Sam told her “That is how we always hope our searches will end.” “Gotta love a happy ending!” she said with a grin as she climbed up the hill with the two Goldens walking happily beside her. She put the two dogs in the truck and went back to get the rest of her gear. After helping to tie the kayak back on the roof rack, Patti let Sam use her bathroom to change into dry clothes for the drive home. First, though, she called the anxious owners and gave them the good news. They couldn’t believe they were going to get their Daisy back after so long, nearly three weeks.

Phil and Sandy drove down to Sam’s office, an hour and a half from their home in Pennsylvania, to pick up the thin but otherwise unharmed Golden girl. What an adventure she had taken them all on. Judy Breuer, Darla’s breeder, called Sam on the way home to thank her and congratulate her on her excellent service. “You need to be better advertised!” she told Sam. “I didn’t even know that pet-trackers existed much less how to get in touch with one in an emergency.” She assured Sam that she would keep her contact information handy, just in case she or anyone else she knew ever lost a pet again. “We will definitely be sending you a better expression of our gratitude very soon by mail for all of your hard work and your expenses.” “We appreciate what you’ve done more than words can say.”

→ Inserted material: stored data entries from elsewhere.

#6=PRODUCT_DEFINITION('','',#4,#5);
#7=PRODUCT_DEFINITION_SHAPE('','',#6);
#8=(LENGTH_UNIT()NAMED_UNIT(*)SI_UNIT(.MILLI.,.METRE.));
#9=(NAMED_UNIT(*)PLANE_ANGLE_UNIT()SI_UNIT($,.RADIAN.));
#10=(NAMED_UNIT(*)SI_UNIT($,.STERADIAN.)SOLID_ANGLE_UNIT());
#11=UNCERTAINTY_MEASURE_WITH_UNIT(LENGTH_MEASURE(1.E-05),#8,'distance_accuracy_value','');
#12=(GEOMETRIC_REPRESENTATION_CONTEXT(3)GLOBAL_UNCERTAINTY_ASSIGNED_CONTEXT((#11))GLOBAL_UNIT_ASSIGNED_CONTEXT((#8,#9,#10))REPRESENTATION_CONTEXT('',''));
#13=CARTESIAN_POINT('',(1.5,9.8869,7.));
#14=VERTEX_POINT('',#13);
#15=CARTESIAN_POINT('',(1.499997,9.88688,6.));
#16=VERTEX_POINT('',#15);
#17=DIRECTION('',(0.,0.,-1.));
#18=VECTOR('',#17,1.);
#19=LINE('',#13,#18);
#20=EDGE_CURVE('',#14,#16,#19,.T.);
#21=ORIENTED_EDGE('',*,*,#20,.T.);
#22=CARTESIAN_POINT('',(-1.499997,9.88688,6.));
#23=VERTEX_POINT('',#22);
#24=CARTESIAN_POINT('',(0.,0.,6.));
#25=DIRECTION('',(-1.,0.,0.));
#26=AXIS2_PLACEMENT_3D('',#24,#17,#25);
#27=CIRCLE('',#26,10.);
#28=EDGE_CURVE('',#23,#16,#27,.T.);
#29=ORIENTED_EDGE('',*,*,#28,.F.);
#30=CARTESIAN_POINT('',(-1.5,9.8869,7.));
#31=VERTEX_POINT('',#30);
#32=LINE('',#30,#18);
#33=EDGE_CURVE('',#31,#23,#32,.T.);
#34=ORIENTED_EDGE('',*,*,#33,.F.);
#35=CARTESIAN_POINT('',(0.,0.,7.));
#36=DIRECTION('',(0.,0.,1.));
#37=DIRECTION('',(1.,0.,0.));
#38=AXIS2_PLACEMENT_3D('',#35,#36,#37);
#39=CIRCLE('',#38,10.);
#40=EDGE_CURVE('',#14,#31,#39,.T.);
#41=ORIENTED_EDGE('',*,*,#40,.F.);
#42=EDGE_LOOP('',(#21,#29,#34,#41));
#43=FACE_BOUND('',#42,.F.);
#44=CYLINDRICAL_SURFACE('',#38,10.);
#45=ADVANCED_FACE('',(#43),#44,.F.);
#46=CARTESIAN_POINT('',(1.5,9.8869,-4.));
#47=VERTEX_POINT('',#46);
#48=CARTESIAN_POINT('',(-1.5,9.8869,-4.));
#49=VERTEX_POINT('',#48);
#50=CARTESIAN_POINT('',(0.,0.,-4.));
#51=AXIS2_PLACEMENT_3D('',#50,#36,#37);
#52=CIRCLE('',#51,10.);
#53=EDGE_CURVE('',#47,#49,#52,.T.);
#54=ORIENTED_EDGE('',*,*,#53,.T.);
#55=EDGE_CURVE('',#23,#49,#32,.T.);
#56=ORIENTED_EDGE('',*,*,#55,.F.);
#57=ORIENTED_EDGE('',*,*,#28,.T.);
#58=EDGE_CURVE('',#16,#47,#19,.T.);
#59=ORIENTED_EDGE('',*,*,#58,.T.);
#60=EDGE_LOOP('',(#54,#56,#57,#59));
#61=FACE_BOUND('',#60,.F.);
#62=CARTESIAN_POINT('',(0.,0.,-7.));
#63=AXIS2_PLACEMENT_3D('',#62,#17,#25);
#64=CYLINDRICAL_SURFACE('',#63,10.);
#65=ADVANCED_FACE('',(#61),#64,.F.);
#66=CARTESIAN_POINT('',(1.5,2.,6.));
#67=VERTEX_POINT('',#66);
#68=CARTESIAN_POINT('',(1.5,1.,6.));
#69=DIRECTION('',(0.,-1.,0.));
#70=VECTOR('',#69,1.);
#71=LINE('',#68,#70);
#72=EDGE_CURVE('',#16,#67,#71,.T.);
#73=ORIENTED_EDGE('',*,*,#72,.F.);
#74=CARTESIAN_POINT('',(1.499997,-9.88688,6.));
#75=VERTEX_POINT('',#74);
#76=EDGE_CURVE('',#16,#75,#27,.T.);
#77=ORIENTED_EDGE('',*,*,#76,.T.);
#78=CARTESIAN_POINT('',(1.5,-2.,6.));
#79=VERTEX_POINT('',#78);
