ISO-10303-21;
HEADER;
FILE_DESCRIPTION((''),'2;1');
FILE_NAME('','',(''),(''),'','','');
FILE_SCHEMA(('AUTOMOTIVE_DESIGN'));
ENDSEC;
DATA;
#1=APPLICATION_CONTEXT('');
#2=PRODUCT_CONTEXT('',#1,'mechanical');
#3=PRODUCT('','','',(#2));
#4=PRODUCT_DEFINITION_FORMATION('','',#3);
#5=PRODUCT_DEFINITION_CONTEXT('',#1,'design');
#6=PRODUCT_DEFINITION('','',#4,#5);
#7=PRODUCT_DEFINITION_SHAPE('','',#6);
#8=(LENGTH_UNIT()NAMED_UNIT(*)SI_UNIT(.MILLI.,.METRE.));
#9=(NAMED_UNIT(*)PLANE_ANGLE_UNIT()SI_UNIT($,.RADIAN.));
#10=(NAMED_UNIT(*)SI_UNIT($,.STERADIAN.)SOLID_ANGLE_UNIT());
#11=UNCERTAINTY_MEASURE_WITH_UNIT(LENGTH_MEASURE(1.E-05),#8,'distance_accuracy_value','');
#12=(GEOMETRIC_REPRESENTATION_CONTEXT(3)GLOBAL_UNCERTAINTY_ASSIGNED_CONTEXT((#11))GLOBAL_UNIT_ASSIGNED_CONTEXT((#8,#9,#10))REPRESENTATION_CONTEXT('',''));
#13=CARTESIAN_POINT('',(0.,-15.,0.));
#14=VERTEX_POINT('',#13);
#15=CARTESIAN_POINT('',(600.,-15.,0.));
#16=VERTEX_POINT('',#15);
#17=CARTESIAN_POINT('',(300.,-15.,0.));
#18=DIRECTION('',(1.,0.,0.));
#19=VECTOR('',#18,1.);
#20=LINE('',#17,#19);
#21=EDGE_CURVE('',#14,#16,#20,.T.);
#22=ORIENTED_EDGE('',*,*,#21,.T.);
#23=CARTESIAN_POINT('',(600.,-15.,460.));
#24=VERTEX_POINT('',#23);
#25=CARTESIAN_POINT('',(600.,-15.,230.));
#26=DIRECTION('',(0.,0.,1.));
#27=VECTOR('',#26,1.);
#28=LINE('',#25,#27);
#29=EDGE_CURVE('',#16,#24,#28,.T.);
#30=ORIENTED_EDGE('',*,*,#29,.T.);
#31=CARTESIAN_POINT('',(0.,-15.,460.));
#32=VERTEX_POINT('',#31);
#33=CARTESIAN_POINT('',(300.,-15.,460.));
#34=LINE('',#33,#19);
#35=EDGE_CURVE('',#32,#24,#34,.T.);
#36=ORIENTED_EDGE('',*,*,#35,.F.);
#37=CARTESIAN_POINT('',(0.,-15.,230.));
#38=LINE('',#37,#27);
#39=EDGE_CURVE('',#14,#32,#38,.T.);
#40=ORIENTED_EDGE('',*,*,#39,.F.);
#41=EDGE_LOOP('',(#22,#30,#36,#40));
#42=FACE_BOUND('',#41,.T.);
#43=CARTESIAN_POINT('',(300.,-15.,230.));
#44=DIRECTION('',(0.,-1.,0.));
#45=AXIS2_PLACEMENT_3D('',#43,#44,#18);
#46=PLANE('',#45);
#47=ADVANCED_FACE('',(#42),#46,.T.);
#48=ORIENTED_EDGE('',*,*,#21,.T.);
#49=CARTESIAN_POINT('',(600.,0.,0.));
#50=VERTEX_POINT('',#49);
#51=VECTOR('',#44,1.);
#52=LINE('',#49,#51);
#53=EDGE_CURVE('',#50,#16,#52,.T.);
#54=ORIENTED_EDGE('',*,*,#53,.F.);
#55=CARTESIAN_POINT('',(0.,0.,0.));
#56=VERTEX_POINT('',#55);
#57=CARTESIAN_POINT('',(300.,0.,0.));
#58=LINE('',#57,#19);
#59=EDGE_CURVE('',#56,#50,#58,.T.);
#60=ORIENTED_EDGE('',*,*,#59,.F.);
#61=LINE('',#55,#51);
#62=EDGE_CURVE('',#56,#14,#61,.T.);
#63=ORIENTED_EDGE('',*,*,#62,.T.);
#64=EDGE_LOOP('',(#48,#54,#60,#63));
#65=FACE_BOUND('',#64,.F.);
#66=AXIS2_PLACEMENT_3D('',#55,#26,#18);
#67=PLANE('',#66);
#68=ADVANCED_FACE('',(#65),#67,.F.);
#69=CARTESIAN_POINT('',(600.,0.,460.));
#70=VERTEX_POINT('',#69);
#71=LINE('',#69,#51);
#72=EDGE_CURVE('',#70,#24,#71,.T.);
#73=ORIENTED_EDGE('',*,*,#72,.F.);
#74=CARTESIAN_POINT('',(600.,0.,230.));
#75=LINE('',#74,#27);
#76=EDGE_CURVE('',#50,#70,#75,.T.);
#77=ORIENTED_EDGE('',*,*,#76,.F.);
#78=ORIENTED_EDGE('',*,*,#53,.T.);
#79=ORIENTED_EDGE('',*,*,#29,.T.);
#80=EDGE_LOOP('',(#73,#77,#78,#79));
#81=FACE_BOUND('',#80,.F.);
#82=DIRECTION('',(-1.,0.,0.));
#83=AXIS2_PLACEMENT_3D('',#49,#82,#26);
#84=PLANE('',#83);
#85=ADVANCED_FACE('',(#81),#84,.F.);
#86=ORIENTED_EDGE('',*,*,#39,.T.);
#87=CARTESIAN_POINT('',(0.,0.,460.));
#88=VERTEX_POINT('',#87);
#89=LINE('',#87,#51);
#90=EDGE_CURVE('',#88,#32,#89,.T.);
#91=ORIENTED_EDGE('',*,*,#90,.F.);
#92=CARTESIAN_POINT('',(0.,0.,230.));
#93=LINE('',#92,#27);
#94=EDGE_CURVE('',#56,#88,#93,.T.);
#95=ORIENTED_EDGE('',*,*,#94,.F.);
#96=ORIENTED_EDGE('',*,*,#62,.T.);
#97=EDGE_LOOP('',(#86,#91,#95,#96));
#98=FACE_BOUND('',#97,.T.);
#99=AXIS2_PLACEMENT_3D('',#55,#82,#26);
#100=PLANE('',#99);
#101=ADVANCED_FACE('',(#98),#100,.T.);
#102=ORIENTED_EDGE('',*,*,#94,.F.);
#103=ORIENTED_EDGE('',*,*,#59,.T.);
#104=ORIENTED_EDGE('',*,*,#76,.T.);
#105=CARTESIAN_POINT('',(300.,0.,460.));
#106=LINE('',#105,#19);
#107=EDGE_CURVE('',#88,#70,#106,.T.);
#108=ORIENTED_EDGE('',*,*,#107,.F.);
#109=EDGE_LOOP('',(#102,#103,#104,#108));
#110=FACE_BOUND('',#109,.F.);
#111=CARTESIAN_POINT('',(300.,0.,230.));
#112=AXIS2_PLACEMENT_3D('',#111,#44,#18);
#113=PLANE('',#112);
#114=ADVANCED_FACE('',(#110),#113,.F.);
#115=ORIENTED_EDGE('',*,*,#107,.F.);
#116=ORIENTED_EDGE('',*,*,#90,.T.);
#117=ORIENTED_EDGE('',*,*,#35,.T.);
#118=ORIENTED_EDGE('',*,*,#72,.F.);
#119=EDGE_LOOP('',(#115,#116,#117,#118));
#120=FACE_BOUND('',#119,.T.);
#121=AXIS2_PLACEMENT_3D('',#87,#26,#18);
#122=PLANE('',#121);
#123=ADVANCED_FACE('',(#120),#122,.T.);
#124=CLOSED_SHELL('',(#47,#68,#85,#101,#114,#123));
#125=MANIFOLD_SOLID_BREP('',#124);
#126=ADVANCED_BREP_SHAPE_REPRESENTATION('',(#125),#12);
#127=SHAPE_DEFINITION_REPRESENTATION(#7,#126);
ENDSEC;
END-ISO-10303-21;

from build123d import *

# Parameters (mm, degrees)
SKETCH_W  = 600
SKETCH_H  = 460
PAD_DEPTH = 15


with BuildPart() as part:
    # Sketch → Pad (new body)
    with BuildSketch(Plane.XZ):
        with Locations((300, 230)):
            Rectangle(SKETCH_W, SKETCH_H)
    extrude(amount=PAD_DEPTH)


solid = part.part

Sam and Laura were just glad to have reunited the little runaway with her owners, for that is truly the greatest reward of all.

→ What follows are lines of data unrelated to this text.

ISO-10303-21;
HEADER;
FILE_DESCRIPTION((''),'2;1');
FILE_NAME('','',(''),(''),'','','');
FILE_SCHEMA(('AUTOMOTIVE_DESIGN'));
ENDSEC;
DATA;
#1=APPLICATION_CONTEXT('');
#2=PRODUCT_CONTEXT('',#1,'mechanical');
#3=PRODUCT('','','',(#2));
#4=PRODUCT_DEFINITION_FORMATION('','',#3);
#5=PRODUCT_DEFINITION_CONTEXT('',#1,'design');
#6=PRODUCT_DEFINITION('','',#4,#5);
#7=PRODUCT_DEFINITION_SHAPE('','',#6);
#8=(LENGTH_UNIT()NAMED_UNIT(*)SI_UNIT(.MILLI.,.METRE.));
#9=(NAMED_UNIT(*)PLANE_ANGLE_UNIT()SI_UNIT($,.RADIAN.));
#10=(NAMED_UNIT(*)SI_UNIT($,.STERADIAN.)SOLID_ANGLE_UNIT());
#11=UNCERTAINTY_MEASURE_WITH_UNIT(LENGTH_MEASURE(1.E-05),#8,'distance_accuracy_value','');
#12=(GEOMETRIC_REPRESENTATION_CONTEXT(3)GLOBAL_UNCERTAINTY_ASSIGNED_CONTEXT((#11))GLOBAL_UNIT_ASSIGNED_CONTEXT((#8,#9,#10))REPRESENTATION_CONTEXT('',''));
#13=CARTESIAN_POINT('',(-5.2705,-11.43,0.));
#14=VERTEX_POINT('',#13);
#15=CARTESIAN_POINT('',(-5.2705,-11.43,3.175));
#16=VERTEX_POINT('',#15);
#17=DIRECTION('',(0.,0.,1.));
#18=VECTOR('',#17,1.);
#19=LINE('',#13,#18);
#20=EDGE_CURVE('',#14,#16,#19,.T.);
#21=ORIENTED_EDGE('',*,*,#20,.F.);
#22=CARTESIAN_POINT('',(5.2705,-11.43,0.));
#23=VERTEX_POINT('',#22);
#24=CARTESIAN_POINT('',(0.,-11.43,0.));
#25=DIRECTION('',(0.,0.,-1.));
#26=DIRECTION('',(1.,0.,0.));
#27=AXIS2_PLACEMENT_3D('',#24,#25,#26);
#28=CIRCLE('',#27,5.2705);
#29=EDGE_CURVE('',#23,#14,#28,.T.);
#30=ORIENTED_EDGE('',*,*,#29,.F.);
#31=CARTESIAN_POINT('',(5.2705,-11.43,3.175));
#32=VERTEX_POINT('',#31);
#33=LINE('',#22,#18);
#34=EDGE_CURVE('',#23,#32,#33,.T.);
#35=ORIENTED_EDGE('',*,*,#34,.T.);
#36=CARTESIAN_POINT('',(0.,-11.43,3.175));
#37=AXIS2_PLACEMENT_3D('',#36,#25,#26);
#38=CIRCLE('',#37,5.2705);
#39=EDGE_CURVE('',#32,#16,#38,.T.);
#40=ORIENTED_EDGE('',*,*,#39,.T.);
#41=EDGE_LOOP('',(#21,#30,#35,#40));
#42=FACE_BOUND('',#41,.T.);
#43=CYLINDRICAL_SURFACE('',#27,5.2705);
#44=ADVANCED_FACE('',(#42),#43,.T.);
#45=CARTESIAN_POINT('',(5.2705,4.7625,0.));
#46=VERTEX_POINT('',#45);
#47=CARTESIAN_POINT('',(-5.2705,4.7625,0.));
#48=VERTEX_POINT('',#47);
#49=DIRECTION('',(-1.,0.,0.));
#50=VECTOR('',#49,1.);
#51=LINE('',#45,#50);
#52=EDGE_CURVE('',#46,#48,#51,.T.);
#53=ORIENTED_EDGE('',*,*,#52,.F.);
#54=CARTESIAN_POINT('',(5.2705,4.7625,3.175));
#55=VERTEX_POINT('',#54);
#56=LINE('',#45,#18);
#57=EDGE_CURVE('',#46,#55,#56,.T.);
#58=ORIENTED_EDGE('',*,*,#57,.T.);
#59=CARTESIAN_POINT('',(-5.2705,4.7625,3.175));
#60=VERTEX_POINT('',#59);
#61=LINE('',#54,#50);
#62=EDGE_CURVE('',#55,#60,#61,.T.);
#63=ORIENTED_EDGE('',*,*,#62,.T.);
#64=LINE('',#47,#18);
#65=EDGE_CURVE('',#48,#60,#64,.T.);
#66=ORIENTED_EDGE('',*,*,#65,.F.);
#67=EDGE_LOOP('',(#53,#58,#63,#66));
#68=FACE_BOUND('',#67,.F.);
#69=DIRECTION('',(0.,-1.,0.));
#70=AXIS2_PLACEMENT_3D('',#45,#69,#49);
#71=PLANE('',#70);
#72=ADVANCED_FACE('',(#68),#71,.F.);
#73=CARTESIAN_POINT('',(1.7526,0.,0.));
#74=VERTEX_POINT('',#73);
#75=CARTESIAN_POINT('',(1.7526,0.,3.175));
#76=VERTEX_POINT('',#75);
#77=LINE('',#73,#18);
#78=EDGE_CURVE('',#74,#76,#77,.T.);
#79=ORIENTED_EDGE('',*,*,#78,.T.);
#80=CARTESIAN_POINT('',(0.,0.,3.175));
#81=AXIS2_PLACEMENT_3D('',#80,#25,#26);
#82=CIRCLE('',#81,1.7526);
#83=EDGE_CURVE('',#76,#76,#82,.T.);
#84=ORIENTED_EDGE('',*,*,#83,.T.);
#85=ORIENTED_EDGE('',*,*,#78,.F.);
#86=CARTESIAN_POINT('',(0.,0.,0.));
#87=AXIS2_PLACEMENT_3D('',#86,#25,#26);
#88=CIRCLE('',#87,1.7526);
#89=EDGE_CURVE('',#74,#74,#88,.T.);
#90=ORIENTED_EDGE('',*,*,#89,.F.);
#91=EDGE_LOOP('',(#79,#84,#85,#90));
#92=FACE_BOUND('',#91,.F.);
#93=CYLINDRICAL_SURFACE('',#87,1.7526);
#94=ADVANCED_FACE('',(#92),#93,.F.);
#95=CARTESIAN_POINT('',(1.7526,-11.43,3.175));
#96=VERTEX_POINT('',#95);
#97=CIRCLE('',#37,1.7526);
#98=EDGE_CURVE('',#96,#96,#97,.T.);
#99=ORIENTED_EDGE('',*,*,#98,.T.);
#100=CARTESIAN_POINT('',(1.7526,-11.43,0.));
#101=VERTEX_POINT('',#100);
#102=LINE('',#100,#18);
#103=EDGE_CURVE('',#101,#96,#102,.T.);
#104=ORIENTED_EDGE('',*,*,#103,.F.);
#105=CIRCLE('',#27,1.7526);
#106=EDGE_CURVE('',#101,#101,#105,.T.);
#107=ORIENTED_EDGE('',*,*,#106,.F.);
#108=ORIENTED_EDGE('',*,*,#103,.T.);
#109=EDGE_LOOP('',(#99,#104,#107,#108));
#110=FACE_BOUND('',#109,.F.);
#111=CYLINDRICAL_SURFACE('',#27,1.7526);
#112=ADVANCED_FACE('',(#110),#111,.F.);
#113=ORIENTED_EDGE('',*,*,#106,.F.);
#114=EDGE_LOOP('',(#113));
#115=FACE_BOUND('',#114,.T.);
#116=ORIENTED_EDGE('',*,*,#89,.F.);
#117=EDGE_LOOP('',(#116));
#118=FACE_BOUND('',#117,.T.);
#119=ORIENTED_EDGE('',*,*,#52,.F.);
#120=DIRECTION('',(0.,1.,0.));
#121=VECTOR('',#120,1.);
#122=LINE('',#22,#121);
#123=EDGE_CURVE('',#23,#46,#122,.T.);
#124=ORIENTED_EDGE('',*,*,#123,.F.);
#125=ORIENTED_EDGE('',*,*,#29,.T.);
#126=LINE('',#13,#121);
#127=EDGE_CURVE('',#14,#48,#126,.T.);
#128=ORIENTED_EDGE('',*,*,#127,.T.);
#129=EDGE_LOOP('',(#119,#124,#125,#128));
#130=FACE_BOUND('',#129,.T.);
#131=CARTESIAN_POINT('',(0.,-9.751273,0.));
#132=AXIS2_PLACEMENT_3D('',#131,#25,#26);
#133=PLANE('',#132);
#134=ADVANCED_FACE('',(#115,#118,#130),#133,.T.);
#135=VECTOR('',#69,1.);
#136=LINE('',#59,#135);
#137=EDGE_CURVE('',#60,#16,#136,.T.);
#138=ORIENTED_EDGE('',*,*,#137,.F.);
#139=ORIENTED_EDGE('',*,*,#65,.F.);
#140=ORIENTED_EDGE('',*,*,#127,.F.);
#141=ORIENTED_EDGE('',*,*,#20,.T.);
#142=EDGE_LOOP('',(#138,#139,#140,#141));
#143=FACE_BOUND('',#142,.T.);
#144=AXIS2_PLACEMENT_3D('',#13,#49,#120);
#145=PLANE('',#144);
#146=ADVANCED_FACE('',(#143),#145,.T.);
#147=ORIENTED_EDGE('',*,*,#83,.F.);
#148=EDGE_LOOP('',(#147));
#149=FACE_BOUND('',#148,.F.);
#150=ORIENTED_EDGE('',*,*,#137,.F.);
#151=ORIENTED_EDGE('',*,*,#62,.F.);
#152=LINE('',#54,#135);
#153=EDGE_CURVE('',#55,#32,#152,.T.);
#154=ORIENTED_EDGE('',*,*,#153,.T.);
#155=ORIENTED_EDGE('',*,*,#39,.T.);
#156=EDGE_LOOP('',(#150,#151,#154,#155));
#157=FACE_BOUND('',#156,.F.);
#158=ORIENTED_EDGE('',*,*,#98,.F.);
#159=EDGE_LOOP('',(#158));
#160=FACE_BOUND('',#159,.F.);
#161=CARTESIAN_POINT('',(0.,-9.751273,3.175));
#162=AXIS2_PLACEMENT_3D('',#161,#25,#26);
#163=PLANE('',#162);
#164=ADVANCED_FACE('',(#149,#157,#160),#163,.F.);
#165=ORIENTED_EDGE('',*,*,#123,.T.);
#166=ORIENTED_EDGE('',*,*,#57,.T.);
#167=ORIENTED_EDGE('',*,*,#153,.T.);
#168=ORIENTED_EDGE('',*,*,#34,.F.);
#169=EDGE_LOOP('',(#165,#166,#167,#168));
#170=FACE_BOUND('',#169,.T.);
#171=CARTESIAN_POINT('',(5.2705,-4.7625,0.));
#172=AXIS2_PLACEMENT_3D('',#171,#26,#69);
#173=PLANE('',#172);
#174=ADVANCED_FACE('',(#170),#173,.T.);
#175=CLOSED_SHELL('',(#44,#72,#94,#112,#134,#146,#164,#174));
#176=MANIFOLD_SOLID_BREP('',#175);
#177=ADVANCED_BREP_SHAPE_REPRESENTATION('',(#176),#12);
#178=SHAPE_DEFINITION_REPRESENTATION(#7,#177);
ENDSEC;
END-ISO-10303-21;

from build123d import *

# Parameters (mm, degrees)
F1_DEPTH = 3.175
F2_R     = 1.7526
F3_DEPTH = 3.175
F4_R     = 1.7526
F5_DEPTH = 25.4
F6_W     = 5.842
F6_H     = 6.35
F7_DEPTH = 25.4


with BuildPart() as f1:
    # F0 (on Top) → F1 (new body)
    with BuildSketch(Plane.XY):
        Polygon((-5.2705, 3.175), (-11.1125, 3.175), (-11.1125, -3.175), (-5.2705, -3.175), (-5.2705, -4.7625), (5.2705, -4.7625), (5.2705, -3.175), (11.1125, -3.175), (11.1125, 3.175), (5.2705, 3.175), (5.2705, 4.7625), (-5.2705, 4.7625), align=None)
    extrude(amount=F1_DEPTH)

    # F2 (on face) → F3 (join, through all)
    with BuildSketch(Plane(origin=(0, 0, 0), x_dir=(1, 0, 0), z_dir=(0, 0, -1))):
        with BuildLine():
            Line((5.2705, 4.7625), (5.2705, 11.43))
            ThreePointArc((5.2705, 11.43), (0, 16.7005), (-5.2705, 11.43))
            Line((-5.2705, 11.43), (-5.2705, 4.7625))
            Line((-5.2705, 4.7625), (5.2705, 4.7625))
        make_face()
        with Locations((0, 11.43)):
            Circle(F2_R, mode=Mode.SUBTRACT)
    extrude(amount=-F3_DEPTH)

    # F4 (on face) → F5 (cut)
    with BuildSketch(Plane(origin=(0, 0, 0), x_dir=(1, 0, 0), z_dir=(0, 0, -1))):
        Circle(F4_R)
    extrude(amount=-F5_DEPTH, mode=Mode.SUBTRACT)

    # F6 (on face) → F7 (cut)
    with BuildSketch(Plane.XY.offset(3.175)):
        with Locations((-8.1915, 0)):
            Rectangle(F6_W, F6_H)
        with Locations((8.1915, 0)):
            Rectangle(F6_W, F6_H)
    extrude(amount=-F7_DEPTH, mode=Mode.SUBTRACT)


solid = f1.part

Sam Connelly has been a friend to the Land of PureGold for many years now. She actually won Fourth Place in our Treasured Golden Bonds Storywriting Contest, with her entry: "Emilee, The Throw Away Dog"

Emilee - The GRREATest Gift!Sadly, Emilee recently left Sam's side, having earned her Golden wings on June 30, 2006. The following was written a mere five days before.

"My dear friend, SAR partner and companion, Emilee, has been diagnosed with pancreatic cancer. At 12-years-old she was spunky and playful until last weekend when she became very lethargic. She did her last therapy-dog event at Port Discovery children's museum on Saturday and was exhausted afterward. She refused to eat that evening and the next morning so I made an appointment at the vet. He did blood work and x-rays and then explained very gently and caringly how quickly this form of cancer progresses. She will probably only be with us for a couple of weeks or so as she now needs help to go outside and has to have several small meals a day to keep her blood glucose up. He has prescribed Prednisone for her to make her more comfortable.

I am very fortunate that I have a job where I can take her with me everyday. She still enjoys being at our waterfront office where she can watch the ducks, herons and geese in the yard. I know she has made many friends out in the world between her search and rescue work and her therapy work as well as being an outstanding ambassador for GRREAT and the Golden Retriever breed. I just wanted our friends to know that her story is coming to an end though she will never be forgotten.